Calling a Large Language Model (LLM) and Using Variables

Organize prompts and call a large language model to compute results. The parameters received by this action are as follows:

Parameter Name Optional Explanation
prompt Required The prompt used to call the large language model, where the variable names used will be replaced with actual values.
output Required The variable name indicating where the result of the large language model call is stored. The format is __CogName_xxx__.
result Optional Represents the result of the large language model call. If the result is too long, the value of result will contain ellipses, or this parameter may not be present at all. In such cases, the CogAgent client-side application needs to call the large language model service to obtain the result.

For example, the following two operations can be used to summarize the entire content of this page:

  1. Quote the entire content of this page. Since there is a lot of content on the page, auto_scroll=True needs to be set when quoting.

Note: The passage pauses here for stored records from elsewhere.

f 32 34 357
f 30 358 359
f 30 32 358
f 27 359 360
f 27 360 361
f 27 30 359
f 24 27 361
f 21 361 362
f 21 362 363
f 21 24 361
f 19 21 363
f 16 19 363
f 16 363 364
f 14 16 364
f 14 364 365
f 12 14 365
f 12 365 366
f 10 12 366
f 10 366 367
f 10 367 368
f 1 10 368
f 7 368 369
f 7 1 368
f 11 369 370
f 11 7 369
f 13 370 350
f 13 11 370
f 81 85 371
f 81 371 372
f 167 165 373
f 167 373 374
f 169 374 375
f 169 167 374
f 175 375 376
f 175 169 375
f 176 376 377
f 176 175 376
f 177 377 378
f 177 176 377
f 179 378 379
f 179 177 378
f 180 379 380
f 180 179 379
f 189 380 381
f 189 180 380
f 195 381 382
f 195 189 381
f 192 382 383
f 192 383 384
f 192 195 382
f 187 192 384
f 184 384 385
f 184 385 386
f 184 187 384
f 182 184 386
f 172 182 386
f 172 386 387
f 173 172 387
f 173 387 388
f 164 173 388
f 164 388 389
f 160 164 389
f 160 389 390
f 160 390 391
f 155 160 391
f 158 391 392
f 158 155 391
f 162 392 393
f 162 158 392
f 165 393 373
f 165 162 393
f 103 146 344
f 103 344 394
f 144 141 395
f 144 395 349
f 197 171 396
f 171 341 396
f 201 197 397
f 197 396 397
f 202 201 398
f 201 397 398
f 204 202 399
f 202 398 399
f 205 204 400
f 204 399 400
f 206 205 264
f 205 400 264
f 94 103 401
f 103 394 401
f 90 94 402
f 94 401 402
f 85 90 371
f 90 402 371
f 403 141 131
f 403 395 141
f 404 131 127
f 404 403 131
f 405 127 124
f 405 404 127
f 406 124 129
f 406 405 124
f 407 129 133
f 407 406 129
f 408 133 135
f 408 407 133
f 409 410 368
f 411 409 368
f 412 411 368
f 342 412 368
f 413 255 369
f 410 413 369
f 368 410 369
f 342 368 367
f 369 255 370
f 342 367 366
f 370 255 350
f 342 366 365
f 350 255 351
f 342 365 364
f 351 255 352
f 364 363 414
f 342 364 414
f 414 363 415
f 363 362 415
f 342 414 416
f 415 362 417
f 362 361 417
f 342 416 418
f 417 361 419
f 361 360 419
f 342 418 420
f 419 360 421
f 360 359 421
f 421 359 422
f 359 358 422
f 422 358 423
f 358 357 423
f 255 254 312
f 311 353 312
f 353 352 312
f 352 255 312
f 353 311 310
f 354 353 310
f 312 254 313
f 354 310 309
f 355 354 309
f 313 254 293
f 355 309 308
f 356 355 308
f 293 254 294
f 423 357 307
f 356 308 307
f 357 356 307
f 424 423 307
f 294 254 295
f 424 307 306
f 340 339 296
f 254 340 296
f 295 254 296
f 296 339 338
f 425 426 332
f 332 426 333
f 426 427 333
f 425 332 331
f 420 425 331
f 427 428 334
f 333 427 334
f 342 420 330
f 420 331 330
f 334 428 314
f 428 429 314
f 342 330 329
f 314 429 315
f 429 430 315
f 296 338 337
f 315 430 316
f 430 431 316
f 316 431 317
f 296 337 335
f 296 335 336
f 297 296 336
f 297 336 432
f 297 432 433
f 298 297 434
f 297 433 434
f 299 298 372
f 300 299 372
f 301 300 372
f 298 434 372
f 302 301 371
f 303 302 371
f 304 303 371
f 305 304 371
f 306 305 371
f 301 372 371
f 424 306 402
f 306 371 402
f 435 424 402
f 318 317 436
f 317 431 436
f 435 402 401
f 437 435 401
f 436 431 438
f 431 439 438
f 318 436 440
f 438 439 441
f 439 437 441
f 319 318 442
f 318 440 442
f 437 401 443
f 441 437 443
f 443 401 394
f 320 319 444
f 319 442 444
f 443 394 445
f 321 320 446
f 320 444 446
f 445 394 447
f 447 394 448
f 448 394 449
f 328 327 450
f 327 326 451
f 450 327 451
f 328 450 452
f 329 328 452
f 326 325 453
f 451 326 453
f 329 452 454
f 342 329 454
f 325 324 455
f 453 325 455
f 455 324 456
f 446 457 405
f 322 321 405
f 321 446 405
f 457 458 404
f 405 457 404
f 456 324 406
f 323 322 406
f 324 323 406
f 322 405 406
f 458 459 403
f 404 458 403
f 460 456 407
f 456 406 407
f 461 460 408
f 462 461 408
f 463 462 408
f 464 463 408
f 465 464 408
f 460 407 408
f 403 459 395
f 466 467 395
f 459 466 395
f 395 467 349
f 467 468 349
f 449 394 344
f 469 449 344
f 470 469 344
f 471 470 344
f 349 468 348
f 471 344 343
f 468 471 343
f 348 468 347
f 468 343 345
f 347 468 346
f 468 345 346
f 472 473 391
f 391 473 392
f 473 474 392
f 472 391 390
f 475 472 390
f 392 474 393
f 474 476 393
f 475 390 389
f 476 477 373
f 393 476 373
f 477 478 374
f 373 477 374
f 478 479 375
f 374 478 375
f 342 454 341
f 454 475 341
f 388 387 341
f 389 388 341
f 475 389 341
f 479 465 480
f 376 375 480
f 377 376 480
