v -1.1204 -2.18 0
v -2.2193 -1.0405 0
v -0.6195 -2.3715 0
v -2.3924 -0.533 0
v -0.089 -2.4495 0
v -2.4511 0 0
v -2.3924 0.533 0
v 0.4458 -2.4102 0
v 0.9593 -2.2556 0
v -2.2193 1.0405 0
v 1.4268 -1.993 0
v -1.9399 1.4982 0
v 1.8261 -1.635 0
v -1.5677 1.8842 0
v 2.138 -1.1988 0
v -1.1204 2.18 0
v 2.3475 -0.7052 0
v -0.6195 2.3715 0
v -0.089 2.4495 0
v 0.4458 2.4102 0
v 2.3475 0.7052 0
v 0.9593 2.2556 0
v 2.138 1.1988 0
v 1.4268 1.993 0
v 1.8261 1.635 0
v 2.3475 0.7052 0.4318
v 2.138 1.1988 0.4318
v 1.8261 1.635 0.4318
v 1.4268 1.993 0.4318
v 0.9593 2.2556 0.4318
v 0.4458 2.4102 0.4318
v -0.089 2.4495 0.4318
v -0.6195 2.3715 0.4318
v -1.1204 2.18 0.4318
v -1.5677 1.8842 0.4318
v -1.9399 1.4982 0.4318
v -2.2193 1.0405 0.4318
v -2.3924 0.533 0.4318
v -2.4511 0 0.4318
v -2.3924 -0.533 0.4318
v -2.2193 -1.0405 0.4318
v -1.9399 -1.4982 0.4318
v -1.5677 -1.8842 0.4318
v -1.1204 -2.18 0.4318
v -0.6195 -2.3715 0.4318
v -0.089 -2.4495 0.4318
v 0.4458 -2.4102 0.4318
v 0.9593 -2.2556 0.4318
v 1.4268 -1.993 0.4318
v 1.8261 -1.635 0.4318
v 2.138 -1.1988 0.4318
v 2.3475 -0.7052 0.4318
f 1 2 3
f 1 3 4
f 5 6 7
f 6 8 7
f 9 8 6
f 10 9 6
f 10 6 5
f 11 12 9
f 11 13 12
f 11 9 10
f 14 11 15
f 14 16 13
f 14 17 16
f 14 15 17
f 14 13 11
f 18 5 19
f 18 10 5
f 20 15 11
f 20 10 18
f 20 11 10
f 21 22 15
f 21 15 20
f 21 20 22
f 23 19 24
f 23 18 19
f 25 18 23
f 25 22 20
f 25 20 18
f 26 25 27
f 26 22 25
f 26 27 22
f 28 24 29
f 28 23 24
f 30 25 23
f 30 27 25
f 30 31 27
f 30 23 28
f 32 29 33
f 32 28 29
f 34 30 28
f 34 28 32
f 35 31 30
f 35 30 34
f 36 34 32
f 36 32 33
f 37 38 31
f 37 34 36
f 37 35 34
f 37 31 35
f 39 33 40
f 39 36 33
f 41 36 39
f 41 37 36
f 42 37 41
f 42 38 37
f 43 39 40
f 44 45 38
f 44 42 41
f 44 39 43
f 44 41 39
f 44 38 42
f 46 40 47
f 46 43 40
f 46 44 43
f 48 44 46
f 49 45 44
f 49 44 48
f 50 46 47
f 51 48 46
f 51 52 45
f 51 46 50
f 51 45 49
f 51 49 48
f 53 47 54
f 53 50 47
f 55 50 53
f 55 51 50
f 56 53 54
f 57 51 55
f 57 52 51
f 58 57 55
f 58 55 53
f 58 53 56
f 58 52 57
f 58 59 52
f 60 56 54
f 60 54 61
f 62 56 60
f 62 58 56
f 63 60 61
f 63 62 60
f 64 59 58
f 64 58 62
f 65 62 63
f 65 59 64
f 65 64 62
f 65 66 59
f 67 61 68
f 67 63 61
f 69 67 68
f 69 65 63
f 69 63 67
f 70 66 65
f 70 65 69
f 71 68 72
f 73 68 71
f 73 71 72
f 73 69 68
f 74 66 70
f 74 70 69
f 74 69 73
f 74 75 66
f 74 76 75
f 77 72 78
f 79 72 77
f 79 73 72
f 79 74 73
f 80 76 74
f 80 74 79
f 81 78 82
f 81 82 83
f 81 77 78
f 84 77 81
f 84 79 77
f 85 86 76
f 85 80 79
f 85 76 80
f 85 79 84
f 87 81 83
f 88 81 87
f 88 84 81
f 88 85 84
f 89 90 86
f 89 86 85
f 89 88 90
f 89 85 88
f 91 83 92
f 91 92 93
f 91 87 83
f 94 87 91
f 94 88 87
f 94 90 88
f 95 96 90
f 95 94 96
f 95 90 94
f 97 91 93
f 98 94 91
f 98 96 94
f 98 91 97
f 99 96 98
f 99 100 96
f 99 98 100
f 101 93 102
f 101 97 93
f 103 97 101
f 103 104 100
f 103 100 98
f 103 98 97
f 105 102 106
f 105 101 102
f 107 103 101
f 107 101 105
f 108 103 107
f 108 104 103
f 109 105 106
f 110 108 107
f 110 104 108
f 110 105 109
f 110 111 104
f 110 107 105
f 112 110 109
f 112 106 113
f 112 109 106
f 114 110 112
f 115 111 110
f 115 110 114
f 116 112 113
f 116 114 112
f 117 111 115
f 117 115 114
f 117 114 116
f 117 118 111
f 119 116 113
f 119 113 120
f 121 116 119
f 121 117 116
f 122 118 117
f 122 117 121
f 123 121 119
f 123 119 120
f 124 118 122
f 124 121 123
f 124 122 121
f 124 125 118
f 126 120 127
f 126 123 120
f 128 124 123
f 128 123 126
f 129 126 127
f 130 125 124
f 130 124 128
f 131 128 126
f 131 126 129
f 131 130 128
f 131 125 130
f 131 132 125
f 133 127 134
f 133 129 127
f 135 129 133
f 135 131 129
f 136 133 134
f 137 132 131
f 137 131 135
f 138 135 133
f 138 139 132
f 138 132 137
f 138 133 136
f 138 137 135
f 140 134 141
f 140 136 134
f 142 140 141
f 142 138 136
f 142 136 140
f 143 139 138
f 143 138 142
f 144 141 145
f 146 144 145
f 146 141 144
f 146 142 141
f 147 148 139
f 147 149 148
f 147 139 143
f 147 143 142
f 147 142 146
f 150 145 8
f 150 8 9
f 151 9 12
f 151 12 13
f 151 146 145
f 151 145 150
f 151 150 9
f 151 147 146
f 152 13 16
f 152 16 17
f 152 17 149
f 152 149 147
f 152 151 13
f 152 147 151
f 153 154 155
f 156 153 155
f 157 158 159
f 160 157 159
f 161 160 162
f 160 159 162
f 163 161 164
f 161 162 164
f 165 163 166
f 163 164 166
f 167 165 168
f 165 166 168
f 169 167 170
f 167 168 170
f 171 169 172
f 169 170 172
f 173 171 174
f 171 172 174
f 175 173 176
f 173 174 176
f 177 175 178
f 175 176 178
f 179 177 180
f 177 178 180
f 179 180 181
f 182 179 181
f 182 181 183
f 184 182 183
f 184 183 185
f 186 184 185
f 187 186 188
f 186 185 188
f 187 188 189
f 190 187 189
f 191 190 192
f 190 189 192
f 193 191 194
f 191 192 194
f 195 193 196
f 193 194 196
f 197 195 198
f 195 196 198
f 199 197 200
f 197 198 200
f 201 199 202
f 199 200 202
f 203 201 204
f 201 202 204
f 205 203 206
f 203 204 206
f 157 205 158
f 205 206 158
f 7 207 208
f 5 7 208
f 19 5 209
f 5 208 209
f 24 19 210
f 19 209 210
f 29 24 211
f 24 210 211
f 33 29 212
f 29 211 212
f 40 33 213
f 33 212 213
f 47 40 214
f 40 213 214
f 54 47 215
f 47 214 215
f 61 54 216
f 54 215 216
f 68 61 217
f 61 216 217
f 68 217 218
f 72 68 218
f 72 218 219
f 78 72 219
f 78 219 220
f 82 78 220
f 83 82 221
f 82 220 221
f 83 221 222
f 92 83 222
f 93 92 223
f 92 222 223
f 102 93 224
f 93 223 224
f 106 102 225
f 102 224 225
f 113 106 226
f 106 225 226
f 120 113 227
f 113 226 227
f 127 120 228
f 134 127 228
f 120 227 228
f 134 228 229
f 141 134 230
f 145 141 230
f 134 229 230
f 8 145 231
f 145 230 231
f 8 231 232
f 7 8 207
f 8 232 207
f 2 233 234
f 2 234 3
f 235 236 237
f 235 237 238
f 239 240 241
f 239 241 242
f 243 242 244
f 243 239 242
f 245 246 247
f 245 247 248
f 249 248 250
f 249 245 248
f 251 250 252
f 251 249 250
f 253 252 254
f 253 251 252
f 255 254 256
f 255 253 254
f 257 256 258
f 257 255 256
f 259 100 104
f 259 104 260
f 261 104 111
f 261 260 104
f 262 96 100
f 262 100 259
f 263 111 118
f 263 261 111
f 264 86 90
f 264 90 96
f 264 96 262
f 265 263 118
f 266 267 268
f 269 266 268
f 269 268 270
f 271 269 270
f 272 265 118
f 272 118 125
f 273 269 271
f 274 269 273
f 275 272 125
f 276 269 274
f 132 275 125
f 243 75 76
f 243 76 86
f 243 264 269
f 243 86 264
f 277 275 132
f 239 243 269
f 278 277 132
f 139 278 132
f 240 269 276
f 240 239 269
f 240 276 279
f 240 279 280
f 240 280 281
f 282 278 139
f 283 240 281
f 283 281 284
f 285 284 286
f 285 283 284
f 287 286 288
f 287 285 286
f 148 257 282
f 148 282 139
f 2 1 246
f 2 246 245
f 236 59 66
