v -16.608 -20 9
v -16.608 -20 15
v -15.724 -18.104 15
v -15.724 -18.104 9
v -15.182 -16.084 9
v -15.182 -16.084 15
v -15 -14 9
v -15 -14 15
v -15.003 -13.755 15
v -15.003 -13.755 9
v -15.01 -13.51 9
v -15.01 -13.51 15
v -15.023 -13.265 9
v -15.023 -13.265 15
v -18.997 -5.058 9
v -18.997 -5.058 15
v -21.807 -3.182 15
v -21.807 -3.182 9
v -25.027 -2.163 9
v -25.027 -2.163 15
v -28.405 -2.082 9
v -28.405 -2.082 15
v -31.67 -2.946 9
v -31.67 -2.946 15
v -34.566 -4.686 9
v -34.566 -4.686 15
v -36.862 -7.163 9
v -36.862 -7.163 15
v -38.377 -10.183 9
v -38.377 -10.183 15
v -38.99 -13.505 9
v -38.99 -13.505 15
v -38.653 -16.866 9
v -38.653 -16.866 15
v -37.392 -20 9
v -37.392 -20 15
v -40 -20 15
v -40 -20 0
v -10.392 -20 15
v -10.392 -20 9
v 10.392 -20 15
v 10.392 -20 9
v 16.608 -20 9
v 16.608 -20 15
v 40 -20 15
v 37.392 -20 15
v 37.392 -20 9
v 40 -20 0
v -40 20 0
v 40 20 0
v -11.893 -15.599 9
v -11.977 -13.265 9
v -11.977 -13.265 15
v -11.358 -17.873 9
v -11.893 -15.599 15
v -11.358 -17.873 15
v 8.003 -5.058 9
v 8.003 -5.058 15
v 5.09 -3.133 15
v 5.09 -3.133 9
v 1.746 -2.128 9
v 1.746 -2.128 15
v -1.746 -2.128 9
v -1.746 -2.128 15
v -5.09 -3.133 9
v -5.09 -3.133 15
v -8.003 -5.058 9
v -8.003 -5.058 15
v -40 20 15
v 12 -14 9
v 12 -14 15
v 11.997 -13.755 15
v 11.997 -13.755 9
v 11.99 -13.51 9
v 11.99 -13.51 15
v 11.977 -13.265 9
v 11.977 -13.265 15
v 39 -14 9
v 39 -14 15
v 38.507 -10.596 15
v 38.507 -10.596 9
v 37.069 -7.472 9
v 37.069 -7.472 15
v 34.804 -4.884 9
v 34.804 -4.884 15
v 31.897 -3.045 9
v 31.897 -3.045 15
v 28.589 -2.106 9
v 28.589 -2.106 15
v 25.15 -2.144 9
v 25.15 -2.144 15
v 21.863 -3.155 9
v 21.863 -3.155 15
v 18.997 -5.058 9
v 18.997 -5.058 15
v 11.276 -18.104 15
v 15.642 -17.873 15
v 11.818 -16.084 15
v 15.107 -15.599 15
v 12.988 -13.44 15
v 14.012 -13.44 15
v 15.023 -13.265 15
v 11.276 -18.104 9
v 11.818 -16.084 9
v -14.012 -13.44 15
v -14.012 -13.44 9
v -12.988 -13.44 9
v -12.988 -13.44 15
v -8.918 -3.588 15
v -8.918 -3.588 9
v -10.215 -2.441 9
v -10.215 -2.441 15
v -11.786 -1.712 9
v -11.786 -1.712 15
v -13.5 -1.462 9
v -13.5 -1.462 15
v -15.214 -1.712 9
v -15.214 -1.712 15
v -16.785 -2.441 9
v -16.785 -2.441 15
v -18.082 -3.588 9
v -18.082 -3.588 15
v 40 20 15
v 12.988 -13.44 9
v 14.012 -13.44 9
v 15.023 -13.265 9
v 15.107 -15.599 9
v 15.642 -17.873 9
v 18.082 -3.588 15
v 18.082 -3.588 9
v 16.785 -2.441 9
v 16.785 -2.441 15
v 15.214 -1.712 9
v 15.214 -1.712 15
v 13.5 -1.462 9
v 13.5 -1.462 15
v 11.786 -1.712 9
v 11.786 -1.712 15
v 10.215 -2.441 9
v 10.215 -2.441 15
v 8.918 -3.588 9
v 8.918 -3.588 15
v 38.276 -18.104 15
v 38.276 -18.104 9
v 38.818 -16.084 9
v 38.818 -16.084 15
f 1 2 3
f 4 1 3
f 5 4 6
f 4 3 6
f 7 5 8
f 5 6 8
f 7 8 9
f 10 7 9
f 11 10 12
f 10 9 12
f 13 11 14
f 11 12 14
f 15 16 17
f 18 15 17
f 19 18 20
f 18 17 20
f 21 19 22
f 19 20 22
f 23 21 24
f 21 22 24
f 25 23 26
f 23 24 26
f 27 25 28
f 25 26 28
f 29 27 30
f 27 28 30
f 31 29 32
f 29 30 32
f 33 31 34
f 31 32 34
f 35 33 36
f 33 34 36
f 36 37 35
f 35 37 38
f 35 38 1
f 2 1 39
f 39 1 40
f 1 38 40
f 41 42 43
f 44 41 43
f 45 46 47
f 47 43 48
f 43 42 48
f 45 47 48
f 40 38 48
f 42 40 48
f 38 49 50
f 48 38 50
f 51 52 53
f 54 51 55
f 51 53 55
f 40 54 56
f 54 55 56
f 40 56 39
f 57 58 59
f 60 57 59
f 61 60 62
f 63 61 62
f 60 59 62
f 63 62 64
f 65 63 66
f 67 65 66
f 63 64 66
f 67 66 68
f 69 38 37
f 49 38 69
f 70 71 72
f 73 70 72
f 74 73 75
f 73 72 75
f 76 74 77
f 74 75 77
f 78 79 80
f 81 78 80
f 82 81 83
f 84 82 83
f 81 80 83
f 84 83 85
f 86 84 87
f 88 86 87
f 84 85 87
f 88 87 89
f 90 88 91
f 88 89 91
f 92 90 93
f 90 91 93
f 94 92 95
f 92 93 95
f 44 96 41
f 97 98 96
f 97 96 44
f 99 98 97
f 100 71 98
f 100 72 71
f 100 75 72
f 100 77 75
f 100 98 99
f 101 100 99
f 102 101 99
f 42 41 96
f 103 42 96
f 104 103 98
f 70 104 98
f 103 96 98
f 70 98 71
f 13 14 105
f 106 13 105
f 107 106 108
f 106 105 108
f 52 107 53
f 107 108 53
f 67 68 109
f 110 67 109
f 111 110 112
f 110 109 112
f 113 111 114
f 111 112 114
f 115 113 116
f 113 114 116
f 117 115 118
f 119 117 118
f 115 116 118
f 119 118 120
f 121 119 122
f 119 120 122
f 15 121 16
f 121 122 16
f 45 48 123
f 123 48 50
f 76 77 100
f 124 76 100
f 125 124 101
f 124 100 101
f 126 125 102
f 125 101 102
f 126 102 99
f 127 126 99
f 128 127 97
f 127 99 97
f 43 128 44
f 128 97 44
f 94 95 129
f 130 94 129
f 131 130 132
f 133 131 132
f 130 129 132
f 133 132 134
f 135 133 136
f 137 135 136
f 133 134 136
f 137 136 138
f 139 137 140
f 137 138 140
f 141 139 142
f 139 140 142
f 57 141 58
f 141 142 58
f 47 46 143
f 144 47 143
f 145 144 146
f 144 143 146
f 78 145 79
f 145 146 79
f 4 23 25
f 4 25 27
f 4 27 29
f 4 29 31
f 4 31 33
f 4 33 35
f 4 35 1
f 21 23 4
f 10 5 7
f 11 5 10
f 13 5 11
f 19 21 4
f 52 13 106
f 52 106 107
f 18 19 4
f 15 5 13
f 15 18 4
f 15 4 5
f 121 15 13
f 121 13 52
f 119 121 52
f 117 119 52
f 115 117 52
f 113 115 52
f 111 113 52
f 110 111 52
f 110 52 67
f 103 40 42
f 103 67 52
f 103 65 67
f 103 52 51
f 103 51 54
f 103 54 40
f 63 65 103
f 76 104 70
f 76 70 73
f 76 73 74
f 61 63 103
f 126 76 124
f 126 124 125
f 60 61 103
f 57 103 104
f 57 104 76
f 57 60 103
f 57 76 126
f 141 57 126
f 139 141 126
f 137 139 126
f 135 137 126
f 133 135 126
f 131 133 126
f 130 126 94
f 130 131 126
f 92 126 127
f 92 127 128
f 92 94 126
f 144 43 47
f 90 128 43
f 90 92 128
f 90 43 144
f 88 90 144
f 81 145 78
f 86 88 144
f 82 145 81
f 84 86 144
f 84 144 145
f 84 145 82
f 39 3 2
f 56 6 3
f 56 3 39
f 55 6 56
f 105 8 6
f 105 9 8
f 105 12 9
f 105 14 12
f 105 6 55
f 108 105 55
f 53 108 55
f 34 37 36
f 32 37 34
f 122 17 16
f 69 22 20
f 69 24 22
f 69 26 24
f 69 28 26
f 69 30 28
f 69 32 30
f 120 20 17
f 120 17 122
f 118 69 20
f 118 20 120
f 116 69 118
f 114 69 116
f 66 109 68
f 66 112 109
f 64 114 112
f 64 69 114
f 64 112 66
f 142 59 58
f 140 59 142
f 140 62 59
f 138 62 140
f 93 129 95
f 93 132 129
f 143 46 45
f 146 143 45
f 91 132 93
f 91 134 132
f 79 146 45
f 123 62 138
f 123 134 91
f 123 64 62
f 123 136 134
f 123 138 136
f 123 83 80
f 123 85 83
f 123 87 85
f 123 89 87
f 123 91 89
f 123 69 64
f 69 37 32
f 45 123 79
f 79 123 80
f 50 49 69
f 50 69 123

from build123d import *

# Parameters (mm, degrees)
SKETCH1_W           = 80
SKETCH1_H           = 40
BOSS_EXTRUDE1_DEPTH = 15
SKETCH2_R           = 12
SKETCH2_R_2         = 6
CUT_EXTRUDE1_DEPTH  = 6


with BuildPart() as part:
    # Sketch1 → Boss-Extrude1 (new body)
    with BuildSketch(Plane.XY):
        Rectangle(SKETCH1_W, SKETCH1_H)
    extrude(amount=BOSS_EXTRUDE1_DEPTH)

    # Sketch2 → Cut-Extrude1 (cut)
    with BuildSketch(Plane.XY.offset(15)):
        with Locations((0, -14)):
            Circle(SKETCH2_R)
        with Locations((-13.5, -7.461651585)):
            Circle(SKETCH2_R_2)
        with Locations((-27, -14)):
            Circle(SKETCH2_R)
        with BuildLine():
            Line((-37.392304845, -20), (-16.607695155, -20))
            ThreePointArc((-16.607695155, -20), (-15.408890085, -17.105828541), (-15, -14))
            ThreePointArc((-15, -14), (-15.005629858, -13.632461014), (-15.022514151, -13.265266894))
            ThreePointArc((-15.022514151, -13.265266894), (-18.9, -10.076990951), (-18.997485849, -5.057977451))
            ThreePointArc((-18.997485849, -5.057977451), (-34.565962223, -4.685698327), (-37.392304845, -20))
        make_face()
        with BuildLine():
            ThreePointArc((10.392304845, -20), (11.591109915, -17.105828541), (12, -14))
            ThreePointArc((12, -14), (11.994370142, -13.632461014), (11.977485849, -13.265266894))
            ThreePointArc((11.977485849, -13.265266894), (8.1, -10.076990951), (8.002514151, -5.057977451))
            ThreePointArc((8.002514151, -5.057977451), (0, -2), (-8.002514151, -5.057977451))
            ThreePointArc((-8.002514151, -5.057977451), (-7.626972029, -6.233831381), (-7.5, -7.461651585))
            ThreePointArc((-7.5, -7.461651585), (-8.749469245, -11.12668331), (-11.977485849, -13.265266894))
            ThreePointArc((-11.977485849, -13.265266894), (-11.680797979, -16.749356028), (-10.392304845, -20))
            Line((-10.392304845, -20), (10.392304845, -20))
        make_face()
        with BuildLine():
            ThreePointArc((19.5, -7.461651585), (18.250530755, -11.12668331), (15.022514151, -13.265266894))
            ThreePointArc((15.022514151, -13.265266894), (15.319202021, -16.749356028), (16.607695155, -20))
            Line((16.607695155, -20), (37.392304845, -20))
            ThreePointArc((37.392304845, -20), (38.591109915, -17.105828541), (39, -14))
            ThreePointArc((39, -14), (31.897439647, -3.044860343), (18.997485849, -5.057977451))
            ThreePointArc((18.997485849, -5.057977451), (19.373027971, -6.233831381), (19.5, -7.461651585))
        make_face()
        with Locations((13.5, -7.461651585)):
            Circle(SKETCH2_R_2)
        with Locations((27, -14)):
            Circle(SKETCH2_R)
    extrude(amount=-CUT_EXTRUDE1_DEPTH, mode=Mode.SUBTRACT)


solid = part.part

    1. QUOTE_TEXT(box=[[000,086,999,932]], auto_scroll=True, element_type='Window', element_info='CogAgent Technical Report Blog', output='__CogName_TechnicalReport__')
  2. Call the large language model to summarize the content of the technical report. The content of the technical report has been stored in the variable __CogName_TechnicalReport__, so this variable should be used directly in the prompt parameter; when calling the large language model to generate the summary content, __CogName_TechnicalReport__ needs to be replaced with the actual value.

    1. LLM(prompt='Summarize the following content: __CogName_TechnicalReport__', output='__CogName_TechnicalReportSummary__')

Quoting Clipboard Content (QUOTE_CLIPBOARD)

Store the content of the clipboard in a variable for use in subsequent steps. Many web pages and applications provide a "click to copy to clipboard" feature. QUOTE_CLIPBOARD allows the model to quickly obtain and use the content of the clipboard. Here is an example of a structured expression: QUOTE_CLIPBOARD(output='__CogName_QuickSortCode__', result='def quick_sort(arr):\n\tif len(arr) <= 1:\n\t\treturn arr\n\t...')

End (END)

A special operation indicating that the task has been completed.